*** Opening RECORDS FOR THE EXERCISE ***

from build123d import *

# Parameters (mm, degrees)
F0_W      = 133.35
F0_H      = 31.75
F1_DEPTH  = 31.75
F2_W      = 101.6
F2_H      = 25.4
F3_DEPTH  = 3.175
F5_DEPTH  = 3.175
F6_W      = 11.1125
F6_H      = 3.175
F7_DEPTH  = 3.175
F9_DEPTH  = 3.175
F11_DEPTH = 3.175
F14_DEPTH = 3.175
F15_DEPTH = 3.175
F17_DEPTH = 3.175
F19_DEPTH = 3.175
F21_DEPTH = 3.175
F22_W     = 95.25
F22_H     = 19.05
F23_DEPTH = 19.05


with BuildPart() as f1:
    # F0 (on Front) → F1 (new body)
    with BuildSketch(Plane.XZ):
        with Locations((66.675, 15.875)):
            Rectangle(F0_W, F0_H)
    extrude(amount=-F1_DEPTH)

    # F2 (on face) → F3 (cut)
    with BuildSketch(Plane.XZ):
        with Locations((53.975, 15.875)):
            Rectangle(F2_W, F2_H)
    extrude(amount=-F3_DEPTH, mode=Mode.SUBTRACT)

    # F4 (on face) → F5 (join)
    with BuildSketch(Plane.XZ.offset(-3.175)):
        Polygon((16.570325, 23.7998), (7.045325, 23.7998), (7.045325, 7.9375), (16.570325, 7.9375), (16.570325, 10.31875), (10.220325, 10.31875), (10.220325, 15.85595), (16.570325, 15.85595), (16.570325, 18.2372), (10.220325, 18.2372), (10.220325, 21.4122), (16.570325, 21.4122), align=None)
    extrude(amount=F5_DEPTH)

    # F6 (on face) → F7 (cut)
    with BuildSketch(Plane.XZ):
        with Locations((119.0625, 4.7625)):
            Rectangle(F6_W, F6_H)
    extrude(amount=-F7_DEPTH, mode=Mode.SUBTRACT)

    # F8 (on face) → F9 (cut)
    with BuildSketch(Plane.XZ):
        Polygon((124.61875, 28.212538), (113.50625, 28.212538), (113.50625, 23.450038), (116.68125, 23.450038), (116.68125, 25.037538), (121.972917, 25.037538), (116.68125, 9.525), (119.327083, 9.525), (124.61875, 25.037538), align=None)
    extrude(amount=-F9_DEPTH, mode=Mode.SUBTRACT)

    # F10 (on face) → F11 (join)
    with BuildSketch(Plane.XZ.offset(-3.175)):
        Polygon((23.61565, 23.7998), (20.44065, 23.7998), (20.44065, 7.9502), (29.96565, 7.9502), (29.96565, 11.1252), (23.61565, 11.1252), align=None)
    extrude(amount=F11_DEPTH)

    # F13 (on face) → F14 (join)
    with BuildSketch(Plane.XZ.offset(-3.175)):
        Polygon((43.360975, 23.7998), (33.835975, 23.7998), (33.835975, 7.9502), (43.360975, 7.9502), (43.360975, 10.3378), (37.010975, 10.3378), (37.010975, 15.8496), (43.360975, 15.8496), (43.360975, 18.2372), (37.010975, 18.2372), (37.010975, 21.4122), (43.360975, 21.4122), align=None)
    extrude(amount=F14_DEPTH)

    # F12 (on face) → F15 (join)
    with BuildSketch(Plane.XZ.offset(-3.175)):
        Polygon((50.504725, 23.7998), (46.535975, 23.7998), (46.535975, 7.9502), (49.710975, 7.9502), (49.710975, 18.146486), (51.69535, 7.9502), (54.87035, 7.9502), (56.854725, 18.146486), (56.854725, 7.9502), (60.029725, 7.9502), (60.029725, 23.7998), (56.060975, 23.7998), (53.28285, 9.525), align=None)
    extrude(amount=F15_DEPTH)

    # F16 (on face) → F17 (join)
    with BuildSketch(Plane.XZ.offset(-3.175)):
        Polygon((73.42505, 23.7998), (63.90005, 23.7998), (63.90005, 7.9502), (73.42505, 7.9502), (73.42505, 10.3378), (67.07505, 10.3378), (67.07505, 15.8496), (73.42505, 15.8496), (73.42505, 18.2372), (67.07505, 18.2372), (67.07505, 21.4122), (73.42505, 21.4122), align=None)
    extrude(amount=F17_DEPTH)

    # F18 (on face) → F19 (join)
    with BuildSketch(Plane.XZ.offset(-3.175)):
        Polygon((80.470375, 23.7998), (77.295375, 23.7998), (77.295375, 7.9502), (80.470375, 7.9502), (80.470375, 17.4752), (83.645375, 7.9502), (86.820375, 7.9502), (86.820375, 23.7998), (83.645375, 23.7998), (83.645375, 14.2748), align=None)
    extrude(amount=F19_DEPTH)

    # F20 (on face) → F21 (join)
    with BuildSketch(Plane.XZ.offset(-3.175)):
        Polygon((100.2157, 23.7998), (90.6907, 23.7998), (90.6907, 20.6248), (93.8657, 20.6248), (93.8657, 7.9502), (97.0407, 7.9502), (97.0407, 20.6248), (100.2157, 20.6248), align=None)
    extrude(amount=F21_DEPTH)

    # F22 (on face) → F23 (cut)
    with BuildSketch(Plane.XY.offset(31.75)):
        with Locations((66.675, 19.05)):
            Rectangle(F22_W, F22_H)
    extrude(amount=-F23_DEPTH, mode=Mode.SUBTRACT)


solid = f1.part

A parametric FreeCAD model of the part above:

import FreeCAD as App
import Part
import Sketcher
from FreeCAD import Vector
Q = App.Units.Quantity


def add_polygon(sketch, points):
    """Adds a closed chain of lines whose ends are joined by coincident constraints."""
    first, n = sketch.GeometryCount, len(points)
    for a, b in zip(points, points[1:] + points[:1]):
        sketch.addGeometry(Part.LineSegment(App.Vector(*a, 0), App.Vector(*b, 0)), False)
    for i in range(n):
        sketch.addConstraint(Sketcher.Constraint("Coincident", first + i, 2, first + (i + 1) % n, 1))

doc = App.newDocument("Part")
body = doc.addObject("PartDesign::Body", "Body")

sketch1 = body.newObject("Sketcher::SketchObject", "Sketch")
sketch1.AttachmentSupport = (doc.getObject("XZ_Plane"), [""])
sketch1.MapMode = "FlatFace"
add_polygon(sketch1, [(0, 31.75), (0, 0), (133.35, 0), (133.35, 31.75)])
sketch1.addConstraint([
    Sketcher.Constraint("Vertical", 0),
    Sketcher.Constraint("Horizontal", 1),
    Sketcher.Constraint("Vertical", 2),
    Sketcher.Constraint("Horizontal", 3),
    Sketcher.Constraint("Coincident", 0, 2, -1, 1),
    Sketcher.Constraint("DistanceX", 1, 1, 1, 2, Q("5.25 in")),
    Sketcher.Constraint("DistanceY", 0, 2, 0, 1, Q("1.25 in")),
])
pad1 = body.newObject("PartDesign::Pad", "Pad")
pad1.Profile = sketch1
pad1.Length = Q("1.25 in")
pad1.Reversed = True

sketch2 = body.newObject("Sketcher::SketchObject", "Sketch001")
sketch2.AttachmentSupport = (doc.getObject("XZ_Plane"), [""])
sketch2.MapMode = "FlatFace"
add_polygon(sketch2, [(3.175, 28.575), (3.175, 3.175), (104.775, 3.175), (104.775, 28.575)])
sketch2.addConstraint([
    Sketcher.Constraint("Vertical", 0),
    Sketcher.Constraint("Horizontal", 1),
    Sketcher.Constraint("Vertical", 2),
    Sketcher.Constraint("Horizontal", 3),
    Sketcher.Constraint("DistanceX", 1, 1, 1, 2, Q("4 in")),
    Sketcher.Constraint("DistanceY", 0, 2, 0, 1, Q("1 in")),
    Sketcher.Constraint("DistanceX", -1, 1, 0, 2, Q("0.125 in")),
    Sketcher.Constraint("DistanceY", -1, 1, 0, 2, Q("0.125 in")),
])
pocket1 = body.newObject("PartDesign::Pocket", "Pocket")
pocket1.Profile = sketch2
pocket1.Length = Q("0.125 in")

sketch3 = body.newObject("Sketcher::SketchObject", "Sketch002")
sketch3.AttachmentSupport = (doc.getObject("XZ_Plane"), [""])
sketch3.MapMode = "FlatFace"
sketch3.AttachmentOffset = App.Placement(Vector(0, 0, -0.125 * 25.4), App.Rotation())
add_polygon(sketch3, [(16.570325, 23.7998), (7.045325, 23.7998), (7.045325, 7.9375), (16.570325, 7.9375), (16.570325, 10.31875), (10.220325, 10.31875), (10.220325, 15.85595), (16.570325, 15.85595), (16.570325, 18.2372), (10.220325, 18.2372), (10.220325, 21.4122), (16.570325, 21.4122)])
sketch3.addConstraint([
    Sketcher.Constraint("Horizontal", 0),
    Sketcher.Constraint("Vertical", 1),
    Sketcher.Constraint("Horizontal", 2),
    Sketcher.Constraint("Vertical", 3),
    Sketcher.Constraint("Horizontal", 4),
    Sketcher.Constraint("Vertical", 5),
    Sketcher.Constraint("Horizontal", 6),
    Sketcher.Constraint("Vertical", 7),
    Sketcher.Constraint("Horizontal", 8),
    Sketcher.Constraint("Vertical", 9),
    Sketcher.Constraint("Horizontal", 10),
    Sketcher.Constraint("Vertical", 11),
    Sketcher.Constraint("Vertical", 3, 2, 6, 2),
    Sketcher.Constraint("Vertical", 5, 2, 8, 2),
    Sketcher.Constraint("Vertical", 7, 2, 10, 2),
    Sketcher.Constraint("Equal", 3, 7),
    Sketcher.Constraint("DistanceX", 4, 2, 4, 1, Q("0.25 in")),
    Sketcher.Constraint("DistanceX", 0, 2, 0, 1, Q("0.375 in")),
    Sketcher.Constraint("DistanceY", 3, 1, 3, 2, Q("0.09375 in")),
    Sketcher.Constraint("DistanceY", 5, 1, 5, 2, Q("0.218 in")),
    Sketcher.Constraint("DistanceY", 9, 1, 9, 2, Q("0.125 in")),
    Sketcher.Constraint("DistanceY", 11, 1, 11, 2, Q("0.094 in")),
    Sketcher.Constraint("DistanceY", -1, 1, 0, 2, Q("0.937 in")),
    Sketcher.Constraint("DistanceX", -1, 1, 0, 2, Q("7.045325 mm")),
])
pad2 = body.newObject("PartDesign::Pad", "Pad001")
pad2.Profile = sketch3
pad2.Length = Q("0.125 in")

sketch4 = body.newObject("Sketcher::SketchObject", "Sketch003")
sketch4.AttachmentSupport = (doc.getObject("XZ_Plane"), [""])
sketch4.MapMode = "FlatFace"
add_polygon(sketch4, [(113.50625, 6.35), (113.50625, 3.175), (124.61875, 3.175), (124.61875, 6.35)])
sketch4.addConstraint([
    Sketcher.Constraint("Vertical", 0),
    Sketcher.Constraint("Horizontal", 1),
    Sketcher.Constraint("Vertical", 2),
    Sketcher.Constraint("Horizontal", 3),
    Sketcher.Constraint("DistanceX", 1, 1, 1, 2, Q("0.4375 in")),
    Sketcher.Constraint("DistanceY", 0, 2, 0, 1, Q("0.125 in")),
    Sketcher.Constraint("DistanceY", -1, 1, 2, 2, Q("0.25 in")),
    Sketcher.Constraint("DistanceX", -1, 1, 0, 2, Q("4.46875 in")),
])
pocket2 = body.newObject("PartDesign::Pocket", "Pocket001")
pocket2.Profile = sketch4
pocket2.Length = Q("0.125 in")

*** Closing RECORDS FOR THE EXERCISE ***

**WORK TASK**:
What is needed is a single figure, the number of lines in the entries above that contain "extrude".

**REPLY TO THE EXERCISE**:
12